* **What this task involves**:
Would you please return the lines of the entries below starting at the line that has "f 195 193 189" and ending at the line that has "f 76 74 206", both included, exactly as they are?

Material provided: Begin

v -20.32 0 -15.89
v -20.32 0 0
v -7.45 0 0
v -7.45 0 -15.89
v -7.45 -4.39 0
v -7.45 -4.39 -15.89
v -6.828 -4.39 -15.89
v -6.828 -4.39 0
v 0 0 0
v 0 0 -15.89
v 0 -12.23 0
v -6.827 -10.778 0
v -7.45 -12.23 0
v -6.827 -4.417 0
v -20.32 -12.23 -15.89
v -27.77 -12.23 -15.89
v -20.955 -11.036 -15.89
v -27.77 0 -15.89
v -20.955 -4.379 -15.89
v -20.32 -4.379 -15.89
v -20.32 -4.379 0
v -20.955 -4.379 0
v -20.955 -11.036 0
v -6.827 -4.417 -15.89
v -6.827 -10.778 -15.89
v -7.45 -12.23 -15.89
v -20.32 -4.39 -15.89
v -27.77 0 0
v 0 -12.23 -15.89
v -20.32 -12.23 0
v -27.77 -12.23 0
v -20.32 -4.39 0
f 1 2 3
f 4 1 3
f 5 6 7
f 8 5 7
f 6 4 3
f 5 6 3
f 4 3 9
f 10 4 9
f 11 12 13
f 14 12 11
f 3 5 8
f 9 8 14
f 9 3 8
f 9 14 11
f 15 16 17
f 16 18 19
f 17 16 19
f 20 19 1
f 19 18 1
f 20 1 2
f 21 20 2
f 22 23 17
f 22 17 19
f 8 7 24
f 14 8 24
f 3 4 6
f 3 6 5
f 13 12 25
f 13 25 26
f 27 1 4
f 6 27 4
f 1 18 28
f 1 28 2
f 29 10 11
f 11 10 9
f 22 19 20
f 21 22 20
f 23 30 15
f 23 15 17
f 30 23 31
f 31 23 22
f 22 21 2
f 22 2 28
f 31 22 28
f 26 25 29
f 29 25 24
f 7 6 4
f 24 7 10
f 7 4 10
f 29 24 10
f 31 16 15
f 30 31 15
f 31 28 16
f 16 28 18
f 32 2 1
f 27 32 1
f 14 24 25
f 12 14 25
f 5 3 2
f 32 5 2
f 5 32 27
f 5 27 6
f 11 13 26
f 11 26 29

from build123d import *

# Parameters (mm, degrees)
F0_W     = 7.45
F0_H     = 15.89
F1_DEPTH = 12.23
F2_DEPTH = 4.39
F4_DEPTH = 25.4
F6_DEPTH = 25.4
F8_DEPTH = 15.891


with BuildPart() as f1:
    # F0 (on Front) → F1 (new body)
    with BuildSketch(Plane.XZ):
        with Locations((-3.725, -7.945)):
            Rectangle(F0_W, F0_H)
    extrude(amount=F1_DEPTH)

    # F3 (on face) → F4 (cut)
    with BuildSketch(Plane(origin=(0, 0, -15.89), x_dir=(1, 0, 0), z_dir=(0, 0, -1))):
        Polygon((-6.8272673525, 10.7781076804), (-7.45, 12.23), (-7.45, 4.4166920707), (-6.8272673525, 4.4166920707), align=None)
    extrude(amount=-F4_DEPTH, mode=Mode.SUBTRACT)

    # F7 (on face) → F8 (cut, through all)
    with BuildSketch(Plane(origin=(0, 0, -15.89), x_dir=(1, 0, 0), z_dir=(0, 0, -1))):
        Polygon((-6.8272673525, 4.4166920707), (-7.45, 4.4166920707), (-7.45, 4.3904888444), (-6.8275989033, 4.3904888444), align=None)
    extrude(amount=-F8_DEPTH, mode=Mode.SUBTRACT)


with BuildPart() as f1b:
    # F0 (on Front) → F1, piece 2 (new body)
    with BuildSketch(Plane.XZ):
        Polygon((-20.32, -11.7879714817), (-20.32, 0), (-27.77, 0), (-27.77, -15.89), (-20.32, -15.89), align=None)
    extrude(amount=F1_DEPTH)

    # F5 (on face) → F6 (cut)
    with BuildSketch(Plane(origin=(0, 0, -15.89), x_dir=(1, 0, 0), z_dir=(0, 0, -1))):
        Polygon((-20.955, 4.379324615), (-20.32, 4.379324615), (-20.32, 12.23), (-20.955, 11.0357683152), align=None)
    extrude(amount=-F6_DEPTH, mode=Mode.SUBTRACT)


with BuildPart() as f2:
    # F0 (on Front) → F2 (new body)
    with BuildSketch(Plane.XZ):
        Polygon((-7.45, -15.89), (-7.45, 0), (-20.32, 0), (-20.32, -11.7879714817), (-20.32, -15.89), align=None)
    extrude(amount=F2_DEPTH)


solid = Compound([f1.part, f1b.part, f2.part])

Material provided: End
Material provided: Begin

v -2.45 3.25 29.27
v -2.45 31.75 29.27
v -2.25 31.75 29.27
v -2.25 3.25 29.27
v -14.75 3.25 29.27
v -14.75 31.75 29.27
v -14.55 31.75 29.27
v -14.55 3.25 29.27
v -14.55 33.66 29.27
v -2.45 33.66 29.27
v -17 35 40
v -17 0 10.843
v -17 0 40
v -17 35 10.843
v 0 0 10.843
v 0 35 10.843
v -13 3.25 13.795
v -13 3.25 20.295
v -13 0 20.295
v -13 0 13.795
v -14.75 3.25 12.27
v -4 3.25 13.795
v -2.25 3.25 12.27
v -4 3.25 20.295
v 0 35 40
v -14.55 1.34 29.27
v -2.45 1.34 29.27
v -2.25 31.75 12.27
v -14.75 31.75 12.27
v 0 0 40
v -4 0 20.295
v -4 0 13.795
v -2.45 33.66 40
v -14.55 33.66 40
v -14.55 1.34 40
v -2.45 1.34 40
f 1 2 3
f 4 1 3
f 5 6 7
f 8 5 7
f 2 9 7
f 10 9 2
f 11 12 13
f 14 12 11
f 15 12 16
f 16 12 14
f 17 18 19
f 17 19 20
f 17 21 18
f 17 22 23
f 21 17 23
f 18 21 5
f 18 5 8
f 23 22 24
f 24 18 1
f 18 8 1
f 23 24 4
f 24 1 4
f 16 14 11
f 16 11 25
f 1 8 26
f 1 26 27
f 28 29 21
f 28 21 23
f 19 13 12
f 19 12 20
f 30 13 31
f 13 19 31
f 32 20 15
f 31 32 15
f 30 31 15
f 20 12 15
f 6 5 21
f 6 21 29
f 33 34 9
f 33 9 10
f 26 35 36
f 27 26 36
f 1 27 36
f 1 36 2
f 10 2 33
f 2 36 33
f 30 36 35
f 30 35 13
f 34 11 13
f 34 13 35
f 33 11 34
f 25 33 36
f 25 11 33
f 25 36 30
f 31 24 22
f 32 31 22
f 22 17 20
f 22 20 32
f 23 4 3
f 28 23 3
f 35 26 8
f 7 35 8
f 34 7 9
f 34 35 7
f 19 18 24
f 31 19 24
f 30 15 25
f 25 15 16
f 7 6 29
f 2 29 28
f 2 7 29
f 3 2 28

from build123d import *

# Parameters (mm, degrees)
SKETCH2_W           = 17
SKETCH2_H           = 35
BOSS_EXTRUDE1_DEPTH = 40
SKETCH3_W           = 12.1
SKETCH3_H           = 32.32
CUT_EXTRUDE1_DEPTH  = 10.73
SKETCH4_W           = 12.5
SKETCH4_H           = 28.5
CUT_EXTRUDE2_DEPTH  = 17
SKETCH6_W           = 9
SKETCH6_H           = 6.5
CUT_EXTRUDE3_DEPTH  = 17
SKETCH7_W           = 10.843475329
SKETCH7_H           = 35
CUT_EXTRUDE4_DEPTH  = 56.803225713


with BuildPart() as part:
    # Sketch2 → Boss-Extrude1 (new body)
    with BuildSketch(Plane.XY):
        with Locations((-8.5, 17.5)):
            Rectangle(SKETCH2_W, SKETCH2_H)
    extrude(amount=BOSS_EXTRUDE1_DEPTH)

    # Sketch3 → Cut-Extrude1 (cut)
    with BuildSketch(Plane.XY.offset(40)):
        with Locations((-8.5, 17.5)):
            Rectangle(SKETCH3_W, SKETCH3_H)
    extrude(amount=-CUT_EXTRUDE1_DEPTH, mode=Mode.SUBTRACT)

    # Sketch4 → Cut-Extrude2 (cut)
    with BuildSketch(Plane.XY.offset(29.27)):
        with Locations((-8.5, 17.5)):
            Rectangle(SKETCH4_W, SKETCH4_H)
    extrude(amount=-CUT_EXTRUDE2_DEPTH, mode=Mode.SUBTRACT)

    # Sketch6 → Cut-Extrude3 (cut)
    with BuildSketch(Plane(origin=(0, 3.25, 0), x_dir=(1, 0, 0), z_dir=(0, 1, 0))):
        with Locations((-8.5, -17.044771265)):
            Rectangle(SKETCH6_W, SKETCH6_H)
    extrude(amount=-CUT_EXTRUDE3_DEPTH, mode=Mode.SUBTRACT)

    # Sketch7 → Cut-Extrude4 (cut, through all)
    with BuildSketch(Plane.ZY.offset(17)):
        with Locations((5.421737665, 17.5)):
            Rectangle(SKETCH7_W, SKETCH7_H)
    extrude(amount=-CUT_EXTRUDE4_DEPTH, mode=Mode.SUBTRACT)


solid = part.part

Material provided: End
Material provided: Begin

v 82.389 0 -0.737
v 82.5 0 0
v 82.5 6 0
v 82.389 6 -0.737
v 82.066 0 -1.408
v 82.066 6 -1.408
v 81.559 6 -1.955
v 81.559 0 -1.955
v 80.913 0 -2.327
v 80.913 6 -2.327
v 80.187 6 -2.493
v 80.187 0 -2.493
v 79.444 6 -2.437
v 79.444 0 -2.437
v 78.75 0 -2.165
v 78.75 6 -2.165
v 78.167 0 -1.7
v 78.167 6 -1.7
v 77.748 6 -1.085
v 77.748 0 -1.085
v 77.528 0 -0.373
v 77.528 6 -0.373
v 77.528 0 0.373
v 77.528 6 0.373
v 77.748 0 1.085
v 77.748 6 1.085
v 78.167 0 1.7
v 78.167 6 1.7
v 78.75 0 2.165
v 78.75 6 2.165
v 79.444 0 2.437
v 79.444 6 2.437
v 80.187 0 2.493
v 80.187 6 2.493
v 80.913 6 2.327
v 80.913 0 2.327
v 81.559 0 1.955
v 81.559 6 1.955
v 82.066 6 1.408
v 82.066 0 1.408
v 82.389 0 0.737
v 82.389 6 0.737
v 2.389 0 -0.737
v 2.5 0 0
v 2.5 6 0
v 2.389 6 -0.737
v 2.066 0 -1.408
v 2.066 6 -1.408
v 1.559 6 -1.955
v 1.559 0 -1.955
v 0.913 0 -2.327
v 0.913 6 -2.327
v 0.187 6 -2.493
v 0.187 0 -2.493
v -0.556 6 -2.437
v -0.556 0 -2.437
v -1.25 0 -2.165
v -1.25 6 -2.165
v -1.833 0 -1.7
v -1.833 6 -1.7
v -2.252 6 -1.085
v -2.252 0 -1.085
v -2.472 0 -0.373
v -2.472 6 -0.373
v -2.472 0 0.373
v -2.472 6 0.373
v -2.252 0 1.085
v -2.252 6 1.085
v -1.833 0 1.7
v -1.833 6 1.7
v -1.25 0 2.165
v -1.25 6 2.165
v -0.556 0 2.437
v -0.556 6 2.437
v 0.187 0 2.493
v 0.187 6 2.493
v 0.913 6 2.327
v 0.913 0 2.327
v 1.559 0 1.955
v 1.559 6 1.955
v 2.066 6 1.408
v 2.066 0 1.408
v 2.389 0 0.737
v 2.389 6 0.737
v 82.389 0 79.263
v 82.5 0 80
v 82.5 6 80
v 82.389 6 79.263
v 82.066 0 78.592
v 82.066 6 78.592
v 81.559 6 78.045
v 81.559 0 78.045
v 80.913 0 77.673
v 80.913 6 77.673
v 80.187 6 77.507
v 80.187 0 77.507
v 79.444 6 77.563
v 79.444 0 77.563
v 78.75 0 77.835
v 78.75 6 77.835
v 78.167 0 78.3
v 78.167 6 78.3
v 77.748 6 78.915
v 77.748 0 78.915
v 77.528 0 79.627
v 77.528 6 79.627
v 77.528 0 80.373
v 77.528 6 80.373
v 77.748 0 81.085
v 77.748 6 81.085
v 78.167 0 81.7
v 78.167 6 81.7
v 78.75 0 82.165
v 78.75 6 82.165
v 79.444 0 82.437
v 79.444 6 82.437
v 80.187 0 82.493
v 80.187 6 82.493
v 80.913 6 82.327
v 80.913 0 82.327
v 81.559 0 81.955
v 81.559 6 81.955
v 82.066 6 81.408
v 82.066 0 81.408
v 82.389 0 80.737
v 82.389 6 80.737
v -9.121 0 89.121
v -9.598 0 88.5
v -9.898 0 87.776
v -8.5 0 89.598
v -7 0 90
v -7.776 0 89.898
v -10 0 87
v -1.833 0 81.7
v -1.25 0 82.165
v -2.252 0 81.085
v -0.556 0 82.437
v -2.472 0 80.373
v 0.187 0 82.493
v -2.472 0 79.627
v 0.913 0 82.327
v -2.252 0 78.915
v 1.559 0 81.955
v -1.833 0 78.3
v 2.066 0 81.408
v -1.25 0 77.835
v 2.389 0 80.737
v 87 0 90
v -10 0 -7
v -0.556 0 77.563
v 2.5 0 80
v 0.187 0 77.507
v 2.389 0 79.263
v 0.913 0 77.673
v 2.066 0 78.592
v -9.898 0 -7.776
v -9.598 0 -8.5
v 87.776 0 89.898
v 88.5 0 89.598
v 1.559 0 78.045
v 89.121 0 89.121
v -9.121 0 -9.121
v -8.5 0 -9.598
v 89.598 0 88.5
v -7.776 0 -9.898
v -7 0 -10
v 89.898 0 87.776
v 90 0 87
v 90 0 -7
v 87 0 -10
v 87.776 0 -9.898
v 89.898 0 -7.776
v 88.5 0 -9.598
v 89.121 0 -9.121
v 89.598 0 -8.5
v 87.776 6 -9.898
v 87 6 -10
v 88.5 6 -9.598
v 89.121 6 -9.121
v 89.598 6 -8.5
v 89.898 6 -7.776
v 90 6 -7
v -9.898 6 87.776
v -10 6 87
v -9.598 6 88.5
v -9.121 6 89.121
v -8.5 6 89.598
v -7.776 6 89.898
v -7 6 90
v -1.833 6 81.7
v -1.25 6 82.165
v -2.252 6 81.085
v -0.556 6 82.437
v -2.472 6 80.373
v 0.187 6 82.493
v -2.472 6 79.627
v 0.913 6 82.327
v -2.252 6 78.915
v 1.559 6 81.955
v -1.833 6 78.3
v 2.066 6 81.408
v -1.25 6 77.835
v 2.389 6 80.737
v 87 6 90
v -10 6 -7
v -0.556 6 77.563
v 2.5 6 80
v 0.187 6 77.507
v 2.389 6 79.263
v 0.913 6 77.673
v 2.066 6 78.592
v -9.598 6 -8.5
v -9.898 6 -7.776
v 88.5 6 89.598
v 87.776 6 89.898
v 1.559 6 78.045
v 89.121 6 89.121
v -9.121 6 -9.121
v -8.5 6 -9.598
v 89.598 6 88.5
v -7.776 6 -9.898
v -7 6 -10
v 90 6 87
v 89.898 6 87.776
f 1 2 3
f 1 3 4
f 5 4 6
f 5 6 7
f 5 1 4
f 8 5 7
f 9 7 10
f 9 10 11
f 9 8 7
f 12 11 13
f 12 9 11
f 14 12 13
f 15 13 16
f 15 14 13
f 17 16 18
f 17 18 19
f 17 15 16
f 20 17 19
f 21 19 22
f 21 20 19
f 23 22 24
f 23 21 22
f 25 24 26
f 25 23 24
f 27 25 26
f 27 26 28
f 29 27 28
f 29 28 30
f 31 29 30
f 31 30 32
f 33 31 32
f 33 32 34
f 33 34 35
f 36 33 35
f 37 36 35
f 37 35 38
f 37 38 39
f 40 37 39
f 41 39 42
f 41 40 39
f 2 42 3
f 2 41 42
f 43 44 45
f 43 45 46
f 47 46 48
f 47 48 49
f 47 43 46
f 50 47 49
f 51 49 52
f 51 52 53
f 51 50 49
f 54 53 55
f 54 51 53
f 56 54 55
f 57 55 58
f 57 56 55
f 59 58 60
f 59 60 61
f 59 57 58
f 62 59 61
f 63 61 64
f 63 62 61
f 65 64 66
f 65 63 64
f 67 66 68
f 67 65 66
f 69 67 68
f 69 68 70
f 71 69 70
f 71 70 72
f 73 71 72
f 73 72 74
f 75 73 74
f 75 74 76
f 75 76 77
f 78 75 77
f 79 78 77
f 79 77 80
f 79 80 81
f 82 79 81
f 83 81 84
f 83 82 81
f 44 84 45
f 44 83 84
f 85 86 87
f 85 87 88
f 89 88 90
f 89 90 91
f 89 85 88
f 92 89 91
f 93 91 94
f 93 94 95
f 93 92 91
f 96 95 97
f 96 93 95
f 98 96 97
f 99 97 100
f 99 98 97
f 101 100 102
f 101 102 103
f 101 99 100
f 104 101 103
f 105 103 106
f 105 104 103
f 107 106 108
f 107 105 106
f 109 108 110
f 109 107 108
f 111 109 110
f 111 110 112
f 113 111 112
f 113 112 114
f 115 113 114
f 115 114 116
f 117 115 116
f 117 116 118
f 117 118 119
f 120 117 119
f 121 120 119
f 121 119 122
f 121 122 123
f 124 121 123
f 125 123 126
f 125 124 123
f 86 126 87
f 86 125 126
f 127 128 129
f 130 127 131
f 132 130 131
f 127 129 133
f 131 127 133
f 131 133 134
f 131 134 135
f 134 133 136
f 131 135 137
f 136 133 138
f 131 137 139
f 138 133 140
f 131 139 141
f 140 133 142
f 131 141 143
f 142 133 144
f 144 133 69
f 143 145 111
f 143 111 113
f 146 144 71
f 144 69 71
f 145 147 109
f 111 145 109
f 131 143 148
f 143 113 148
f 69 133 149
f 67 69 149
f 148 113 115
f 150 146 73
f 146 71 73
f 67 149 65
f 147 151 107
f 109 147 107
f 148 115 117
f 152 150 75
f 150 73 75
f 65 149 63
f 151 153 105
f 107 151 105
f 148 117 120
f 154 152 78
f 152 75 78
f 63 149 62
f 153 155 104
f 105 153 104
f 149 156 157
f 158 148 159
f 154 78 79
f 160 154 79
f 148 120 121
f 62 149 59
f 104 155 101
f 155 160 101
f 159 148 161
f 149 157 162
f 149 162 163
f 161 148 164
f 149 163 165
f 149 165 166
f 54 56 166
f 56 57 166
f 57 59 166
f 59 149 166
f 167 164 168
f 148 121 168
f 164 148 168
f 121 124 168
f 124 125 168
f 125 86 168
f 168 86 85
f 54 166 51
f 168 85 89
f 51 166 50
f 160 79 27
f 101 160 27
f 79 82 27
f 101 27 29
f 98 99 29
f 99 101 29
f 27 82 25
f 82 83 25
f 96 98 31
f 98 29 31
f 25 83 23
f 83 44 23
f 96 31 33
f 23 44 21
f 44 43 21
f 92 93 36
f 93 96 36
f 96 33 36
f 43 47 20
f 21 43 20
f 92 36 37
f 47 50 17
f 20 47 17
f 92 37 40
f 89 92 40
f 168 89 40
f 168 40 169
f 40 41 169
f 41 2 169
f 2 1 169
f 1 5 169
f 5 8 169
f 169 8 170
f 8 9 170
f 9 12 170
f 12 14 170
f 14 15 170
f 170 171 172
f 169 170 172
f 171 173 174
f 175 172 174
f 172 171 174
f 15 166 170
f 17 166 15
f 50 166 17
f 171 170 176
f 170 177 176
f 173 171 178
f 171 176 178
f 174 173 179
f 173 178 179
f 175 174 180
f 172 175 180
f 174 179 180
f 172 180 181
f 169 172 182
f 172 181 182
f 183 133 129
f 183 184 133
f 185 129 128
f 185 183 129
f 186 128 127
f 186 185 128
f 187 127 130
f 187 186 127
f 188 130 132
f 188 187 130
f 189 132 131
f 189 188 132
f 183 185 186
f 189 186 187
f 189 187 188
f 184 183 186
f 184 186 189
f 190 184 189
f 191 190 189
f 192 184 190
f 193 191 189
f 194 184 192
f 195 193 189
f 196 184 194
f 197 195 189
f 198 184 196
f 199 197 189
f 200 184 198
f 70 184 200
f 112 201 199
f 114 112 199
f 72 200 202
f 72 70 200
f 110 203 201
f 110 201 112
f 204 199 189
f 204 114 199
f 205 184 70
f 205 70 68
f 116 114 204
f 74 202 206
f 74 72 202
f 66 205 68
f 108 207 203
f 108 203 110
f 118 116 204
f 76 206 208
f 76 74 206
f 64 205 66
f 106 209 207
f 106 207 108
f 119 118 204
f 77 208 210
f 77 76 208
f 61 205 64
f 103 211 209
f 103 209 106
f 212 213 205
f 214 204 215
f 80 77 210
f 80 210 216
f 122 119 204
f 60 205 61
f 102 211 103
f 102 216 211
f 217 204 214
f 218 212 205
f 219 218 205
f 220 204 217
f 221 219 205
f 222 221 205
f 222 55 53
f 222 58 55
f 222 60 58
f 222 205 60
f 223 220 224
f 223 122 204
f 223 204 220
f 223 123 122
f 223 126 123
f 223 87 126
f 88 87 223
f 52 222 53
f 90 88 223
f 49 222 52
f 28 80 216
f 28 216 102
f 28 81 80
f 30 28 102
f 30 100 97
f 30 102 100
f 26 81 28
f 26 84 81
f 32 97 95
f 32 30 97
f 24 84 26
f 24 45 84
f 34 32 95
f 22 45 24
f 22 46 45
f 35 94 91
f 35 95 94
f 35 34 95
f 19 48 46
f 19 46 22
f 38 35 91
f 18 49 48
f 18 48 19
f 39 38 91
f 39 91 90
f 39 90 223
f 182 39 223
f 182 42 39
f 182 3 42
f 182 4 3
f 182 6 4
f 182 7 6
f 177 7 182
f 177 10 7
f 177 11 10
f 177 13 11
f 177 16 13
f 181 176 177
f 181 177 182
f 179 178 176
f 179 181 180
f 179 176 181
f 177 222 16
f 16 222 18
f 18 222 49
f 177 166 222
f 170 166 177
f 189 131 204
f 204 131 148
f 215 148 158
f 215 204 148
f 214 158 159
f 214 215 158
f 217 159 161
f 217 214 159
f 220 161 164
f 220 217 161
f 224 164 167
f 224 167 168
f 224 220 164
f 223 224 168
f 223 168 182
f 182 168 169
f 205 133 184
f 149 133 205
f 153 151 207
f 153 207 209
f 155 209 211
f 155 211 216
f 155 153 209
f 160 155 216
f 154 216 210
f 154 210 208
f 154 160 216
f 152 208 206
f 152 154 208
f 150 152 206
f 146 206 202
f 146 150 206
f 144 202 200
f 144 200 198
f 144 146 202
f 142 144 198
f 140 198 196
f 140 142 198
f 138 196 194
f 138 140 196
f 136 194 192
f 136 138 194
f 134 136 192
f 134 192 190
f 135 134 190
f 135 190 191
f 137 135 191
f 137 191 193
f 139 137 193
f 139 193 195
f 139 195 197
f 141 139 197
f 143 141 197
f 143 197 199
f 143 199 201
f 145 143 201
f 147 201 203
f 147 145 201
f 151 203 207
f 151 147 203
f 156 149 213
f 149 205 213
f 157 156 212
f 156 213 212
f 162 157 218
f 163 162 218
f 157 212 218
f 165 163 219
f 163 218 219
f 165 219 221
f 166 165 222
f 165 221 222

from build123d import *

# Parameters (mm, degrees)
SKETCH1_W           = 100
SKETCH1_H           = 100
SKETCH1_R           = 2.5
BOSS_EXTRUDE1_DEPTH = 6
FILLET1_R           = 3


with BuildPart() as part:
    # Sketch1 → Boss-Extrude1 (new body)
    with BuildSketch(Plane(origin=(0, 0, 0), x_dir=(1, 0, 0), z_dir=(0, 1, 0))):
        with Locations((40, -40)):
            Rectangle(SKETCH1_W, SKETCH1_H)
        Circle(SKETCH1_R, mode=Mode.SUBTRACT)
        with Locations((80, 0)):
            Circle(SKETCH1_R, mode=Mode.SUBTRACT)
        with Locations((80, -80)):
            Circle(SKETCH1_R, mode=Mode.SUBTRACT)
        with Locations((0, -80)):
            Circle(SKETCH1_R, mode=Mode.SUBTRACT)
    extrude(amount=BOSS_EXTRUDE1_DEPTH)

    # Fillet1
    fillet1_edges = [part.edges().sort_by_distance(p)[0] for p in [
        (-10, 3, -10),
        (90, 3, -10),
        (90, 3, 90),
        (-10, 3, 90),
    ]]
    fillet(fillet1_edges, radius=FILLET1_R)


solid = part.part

Material provided: End

* **Result for this exercise**:
f 195 193 189
f 196 184 194
f 197 195 189
f 198 184 196
f 199 197 189
f 200 184 198
f 70 184 200
f 112 201 199
f 114 112 199
f 72 200 202
f 72 70 200
f 110 203 201
f 110 201 112
f 204 199 189
f 204 114 199
f 205 184 70
f 205 70 68
f 116 114 204
f 74 202 206
f 74 72 202
f 66 205 68
f 108 207 203
f 108 203 110
f 118 116 204
f 76 206 208
f 76 74 206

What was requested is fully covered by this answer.